ASSIGNMENT:
The required output is the lines below from the line containing "#64=EDGE_LOOP('',(#63));" to the line containing "#72=LINE('',#68,#37);", inclusive, retyped exactly. No other lines belong in it.

━━ AVAILABLE RECORDS

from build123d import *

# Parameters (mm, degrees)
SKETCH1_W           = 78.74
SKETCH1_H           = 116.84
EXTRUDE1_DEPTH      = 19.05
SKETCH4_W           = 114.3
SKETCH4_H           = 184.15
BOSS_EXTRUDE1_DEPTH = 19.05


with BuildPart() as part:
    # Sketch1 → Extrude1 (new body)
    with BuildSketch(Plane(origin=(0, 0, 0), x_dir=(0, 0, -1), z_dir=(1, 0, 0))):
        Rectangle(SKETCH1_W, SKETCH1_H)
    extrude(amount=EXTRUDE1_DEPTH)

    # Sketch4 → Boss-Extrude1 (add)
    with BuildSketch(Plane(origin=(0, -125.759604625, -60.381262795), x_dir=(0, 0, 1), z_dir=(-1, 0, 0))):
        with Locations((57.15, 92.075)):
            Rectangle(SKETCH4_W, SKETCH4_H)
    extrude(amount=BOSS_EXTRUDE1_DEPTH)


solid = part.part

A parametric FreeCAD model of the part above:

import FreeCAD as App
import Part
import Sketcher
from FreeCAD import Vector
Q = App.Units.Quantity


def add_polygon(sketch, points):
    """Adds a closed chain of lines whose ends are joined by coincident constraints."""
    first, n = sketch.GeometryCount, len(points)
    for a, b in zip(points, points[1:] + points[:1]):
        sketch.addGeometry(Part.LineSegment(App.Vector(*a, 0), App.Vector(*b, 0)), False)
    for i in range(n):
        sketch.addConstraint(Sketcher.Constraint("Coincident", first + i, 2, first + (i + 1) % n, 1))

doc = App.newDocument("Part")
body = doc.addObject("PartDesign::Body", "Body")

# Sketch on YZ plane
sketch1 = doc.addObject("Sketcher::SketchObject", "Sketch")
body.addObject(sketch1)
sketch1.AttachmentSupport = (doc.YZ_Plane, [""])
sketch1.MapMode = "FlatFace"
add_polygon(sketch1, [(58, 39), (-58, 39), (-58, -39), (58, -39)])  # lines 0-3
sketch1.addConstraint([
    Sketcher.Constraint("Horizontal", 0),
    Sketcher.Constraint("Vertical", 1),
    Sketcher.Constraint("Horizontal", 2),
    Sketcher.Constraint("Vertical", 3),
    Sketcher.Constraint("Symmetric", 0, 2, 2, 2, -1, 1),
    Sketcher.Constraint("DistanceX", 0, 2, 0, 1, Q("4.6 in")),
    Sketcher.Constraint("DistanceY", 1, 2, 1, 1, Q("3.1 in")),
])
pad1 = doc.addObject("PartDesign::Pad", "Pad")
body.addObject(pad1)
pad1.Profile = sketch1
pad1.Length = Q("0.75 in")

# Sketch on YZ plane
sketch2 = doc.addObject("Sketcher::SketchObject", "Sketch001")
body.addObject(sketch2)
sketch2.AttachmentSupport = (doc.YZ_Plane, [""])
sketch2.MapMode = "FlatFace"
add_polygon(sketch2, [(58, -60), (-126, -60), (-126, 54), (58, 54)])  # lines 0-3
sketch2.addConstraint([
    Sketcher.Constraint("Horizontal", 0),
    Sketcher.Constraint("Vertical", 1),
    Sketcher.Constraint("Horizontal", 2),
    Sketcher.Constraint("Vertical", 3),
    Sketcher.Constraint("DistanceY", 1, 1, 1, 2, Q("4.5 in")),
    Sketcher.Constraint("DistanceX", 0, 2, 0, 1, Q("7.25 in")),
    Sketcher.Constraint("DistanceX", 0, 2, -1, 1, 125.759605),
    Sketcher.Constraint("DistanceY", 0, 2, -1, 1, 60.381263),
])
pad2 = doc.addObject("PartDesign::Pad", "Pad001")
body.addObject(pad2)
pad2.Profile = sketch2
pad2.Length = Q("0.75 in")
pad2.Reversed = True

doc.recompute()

━━━━
━━ AVAILABLE RECORDS

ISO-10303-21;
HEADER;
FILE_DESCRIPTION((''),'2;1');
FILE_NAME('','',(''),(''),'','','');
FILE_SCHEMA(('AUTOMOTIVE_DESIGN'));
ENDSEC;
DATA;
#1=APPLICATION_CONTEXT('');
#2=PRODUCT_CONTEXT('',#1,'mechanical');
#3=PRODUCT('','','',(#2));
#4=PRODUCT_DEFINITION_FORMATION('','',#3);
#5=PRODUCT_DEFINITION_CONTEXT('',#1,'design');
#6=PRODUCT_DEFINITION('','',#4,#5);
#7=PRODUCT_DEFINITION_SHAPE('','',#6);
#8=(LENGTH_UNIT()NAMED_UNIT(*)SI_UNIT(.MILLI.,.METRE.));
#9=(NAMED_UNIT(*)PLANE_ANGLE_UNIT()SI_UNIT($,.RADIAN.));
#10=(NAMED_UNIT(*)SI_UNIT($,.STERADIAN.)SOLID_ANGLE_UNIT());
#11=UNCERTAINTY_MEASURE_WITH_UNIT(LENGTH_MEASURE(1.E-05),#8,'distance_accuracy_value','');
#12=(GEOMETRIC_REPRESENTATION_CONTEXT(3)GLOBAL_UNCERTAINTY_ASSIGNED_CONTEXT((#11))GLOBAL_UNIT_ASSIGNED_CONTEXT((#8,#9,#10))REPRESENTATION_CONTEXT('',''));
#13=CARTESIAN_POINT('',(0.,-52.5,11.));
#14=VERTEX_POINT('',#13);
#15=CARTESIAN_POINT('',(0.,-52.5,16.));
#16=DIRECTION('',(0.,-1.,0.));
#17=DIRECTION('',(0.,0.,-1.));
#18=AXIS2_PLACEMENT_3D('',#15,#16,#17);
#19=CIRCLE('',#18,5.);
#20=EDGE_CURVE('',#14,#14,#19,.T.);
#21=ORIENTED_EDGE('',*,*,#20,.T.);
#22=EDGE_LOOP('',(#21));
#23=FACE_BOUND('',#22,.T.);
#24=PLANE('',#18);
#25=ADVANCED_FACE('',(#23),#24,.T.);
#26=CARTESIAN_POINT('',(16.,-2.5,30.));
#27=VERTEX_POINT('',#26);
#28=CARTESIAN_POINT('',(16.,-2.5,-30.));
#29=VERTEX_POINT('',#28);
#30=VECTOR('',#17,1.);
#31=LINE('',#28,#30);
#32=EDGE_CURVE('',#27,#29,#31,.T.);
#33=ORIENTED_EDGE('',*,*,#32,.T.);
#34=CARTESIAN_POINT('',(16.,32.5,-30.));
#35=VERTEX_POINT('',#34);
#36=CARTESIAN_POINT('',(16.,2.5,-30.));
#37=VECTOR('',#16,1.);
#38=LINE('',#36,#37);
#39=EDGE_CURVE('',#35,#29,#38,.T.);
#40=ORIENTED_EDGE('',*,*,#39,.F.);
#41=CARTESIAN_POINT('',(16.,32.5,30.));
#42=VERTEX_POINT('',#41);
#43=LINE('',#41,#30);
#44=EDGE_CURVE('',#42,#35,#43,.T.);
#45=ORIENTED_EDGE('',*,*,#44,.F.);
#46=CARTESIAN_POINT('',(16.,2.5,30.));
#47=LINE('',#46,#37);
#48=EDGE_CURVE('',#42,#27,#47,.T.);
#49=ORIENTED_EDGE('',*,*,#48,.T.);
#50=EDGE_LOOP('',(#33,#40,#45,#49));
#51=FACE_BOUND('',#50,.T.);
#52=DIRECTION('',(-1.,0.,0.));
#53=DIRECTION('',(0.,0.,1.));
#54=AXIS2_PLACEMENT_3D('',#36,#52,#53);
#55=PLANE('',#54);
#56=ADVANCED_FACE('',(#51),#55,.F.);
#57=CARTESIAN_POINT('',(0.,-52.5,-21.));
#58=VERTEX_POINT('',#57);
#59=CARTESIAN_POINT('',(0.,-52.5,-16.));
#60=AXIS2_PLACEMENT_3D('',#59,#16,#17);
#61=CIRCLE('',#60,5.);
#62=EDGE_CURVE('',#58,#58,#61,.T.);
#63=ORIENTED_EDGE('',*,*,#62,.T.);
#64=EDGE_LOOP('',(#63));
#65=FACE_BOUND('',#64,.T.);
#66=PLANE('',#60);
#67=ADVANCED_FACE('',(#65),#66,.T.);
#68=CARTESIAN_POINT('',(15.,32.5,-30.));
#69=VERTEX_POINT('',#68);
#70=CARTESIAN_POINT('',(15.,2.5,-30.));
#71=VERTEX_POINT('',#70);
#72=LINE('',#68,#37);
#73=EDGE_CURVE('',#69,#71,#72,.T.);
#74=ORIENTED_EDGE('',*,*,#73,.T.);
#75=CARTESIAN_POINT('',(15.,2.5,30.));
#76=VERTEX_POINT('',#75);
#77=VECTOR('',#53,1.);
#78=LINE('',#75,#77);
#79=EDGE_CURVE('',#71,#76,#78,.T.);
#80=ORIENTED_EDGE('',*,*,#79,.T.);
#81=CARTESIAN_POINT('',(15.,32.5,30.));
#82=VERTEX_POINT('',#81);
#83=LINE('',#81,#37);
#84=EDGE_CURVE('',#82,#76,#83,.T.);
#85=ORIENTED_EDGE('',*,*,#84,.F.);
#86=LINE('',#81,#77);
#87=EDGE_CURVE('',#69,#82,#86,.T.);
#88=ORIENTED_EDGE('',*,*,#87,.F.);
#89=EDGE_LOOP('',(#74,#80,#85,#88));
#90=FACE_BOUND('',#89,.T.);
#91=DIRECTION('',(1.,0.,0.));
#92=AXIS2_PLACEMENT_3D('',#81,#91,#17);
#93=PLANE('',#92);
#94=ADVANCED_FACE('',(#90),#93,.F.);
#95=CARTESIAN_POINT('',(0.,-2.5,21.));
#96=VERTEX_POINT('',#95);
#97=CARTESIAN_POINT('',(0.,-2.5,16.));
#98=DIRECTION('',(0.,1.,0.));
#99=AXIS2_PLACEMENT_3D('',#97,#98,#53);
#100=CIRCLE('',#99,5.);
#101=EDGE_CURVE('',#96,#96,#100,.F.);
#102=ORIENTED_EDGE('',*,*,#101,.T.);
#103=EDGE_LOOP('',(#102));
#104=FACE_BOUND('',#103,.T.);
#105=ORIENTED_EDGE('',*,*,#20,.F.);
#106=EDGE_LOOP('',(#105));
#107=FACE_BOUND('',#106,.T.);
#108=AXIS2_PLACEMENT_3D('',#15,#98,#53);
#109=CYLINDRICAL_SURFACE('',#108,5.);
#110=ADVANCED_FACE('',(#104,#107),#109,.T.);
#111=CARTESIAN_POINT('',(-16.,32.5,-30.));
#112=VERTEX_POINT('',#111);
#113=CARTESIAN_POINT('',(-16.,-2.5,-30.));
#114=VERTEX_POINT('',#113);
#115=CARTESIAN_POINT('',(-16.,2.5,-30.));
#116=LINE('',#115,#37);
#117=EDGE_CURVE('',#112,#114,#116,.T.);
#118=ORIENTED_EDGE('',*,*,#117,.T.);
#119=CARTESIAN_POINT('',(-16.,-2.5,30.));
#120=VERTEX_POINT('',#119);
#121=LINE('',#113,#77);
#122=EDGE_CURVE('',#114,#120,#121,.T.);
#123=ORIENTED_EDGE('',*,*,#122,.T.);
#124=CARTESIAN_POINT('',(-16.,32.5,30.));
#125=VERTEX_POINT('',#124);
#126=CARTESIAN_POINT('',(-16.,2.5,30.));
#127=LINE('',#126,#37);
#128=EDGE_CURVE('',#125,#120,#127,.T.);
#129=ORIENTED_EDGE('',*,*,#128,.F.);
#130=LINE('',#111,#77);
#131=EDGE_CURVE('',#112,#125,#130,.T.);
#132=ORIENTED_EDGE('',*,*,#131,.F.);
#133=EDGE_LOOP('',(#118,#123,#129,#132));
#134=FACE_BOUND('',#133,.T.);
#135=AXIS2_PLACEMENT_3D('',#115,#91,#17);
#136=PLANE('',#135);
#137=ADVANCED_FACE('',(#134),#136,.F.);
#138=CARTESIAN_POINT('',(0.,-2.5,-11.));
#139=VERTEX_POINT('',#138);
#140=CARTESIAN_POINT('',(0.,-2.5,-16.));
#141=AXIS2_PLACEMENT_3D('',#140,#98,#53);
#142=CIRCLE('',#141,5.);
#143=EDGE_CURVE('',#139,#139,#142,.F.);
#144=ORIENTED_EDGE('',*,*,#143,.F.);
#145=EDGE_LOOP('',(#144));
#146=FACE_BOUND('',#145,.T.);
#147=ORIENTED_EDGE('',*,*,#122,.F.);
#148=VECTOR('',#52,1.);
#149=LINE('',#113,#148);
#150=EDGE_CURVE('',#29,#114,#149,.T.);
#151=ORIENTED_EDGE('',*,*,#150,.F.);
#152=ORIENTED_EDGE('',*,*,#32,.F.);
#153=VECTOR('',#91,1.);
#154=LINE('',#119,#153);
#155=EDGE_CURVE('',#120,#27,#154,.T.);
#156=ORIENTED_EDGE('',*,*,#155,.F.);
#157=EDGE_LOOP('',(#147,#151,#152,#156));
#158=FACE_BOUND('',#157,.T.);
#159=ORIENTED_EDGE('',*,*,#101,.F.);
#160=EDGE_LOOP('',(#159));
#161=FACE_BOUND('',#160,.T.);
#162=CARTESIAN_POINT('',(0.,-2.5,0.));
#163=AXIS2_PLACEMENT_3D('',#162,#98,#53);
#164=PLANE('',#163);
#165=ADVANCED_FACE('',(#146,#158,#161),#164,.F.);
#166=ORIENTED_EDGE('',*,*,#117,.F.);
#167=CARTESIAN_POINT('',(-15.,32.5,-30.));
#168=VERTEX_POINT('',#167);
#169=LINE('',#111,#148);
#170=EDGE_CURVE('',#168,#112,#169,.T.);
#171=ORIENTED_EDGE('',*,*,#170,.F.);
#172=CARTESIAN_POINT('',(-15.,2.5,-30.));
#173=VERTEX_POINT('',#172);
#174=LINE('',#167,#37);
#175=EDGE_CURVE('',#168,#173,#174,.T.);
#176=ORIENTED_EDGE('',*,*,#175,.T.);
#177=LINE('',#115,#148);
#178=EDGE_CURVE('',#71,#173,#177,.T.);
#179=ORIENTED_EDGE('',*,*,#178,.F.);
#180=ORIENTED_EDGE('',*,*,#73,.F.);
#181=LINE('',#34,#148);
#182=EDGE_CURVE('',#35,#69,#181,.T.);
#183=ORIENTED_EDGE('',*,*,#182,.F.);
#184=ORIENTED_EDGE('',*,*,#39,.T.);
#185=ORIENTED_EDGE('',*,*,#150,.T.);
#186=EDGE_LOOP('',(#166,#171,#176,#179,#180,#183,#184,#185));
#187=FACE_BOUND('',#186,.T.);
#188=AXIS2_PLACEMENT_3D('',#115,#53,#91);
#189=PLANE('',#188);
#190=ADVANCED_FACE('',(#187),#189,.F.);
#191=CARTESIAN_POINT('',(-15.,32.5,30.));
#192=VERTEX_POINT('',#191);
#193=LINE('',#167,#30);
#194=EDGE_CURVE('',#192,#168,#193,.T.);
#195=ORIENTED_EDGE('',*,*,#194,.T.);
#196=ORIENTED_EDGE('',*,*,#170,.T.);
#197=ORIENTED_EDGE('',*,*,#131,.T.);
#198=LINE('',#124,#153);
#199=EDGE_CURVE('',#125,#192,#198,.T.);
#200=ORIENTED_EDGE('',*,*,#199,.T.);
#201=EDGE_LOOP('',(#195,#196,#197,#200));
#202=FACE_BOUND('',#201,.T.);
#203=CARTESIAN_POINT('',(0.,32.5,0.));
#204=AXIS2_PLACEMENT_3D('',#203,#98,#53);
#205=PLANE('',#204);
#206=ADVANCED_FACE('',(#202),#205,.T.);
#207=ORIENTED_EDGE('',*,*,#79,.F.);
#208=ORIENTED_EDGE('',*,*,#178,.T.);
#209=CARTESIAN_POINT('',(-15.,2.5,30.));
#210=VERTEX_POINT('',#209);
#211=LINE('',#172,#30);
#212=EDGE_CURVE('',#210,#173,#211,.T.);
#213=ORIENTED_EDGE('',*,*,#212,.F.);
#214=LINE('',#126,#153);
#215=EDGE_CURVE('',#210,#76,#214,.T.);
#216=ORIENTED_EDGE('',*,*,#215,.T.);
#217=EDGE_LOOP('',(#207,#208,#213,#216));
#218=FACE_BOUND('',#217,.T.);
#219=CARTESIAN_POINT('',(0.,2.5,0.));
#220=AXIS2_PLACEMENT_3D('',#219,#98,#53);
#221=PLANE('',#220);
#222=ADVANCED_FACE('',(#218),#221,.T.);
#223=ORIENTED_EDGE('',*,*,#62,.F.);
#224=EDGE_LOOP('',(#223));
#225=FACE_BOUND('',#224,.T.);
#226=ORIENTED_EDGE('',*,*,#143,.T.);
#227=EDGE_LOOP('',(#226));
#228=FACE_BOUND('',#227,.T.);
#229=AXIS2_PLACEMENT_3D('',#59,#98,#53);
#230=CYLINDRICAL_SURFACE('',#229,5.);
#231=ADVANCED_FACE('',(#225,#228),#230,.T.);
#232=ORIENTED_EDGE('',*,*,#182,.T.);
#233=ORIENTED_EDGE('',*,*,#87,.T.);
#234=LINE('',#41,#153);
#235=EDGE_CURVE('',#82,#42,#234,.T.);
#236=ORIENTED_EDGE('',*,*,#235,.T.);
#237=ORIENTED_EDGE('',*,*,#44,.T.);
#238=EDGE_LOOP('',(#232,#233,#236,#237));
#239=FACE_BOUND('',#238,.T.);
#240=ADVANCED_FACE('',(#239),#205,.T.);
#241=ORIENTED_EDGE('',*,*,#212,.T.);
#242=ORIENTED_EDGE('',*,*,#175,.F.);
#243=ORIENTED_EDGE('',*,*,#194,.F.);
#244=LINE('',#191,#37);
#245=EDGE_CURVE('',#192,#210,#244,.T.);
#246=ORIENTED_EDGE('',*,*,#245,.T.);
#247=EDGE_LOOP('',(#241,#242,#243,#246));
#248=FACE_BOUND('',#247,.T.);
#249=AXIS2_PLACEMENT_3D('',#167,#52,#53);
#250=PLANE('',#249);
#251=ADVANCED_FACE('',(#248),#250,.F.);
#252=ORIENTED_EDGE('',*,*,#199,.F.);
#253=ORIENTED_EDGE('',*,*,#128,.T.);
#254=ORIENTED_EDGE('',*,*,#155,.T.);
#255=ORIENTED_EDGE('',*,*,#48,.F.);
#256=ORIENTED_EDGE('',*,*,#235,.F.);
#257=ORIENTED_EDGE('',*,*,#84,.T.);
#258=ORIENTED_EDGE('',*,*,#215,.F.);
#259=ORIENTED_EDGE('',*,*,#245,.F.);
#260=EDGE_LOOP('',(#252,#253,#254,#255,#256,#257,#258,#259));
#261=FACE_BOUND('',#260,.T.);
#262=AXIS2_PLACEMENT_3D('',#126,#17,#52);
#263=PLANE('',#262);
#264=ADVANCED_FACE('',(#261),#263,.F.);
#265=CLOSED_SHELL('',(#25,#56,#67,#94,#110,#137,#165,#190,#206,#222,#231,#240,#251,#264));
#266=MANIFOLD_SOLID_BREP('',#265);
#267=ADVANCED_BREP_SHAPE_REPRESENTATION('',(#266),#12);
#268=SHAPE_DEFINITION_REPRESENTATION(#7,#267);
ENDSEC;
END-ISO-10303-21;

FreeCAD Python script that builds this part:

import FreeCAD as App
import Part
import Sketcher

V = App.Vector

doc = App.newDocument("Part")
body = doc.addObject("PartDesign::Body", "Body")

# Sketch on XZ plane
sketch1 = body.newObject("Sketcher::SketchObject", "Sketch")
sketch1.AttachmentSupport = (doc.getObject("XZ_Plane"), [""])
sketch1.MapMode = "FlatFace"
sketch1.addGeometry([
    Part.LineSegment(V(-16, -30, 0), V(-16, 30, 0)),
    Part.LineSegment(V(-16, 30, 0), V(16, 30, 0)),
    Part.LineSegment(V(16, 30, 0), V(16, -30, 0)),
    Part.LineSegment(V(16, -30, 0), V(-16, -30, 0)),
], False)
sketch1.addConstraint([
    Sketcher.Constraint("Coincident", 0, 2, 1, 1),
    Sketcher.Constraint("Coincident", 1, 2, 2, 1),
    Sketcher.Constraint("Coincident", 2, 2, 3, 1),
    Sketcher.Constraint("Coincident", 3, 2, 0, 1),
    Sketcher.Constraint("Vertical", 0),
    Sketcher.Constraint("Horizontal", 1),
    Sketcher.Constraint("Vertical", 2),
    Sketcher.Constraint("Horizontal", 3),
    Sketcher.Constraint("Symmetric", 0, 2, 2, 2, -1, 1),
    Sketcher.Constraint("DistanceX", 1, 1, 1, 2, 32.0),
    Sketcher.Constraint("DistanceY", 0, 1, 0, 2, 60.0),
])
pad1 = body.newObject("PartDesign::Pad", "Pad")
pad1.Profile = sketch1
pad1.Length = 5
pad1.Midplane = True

━━━━

RESULT:
#64=EDGE_LOOP('',(#63));
#65=FACE_BOUND('',#64,.T.);
#66=PLANE('',#60);
#67=ADVANCED_FACE('',(#65),#66,.T.);
#68=CARTESIAN_POINT('',(15.,32.5,-30.));
#69=VERTEX_POINT('',#68);
#70=CARTESIAN_POINT('',(15.,2.5,-30.));
#71=VERTEX_POINT('',#70);
#72=LINE('',#68,#37);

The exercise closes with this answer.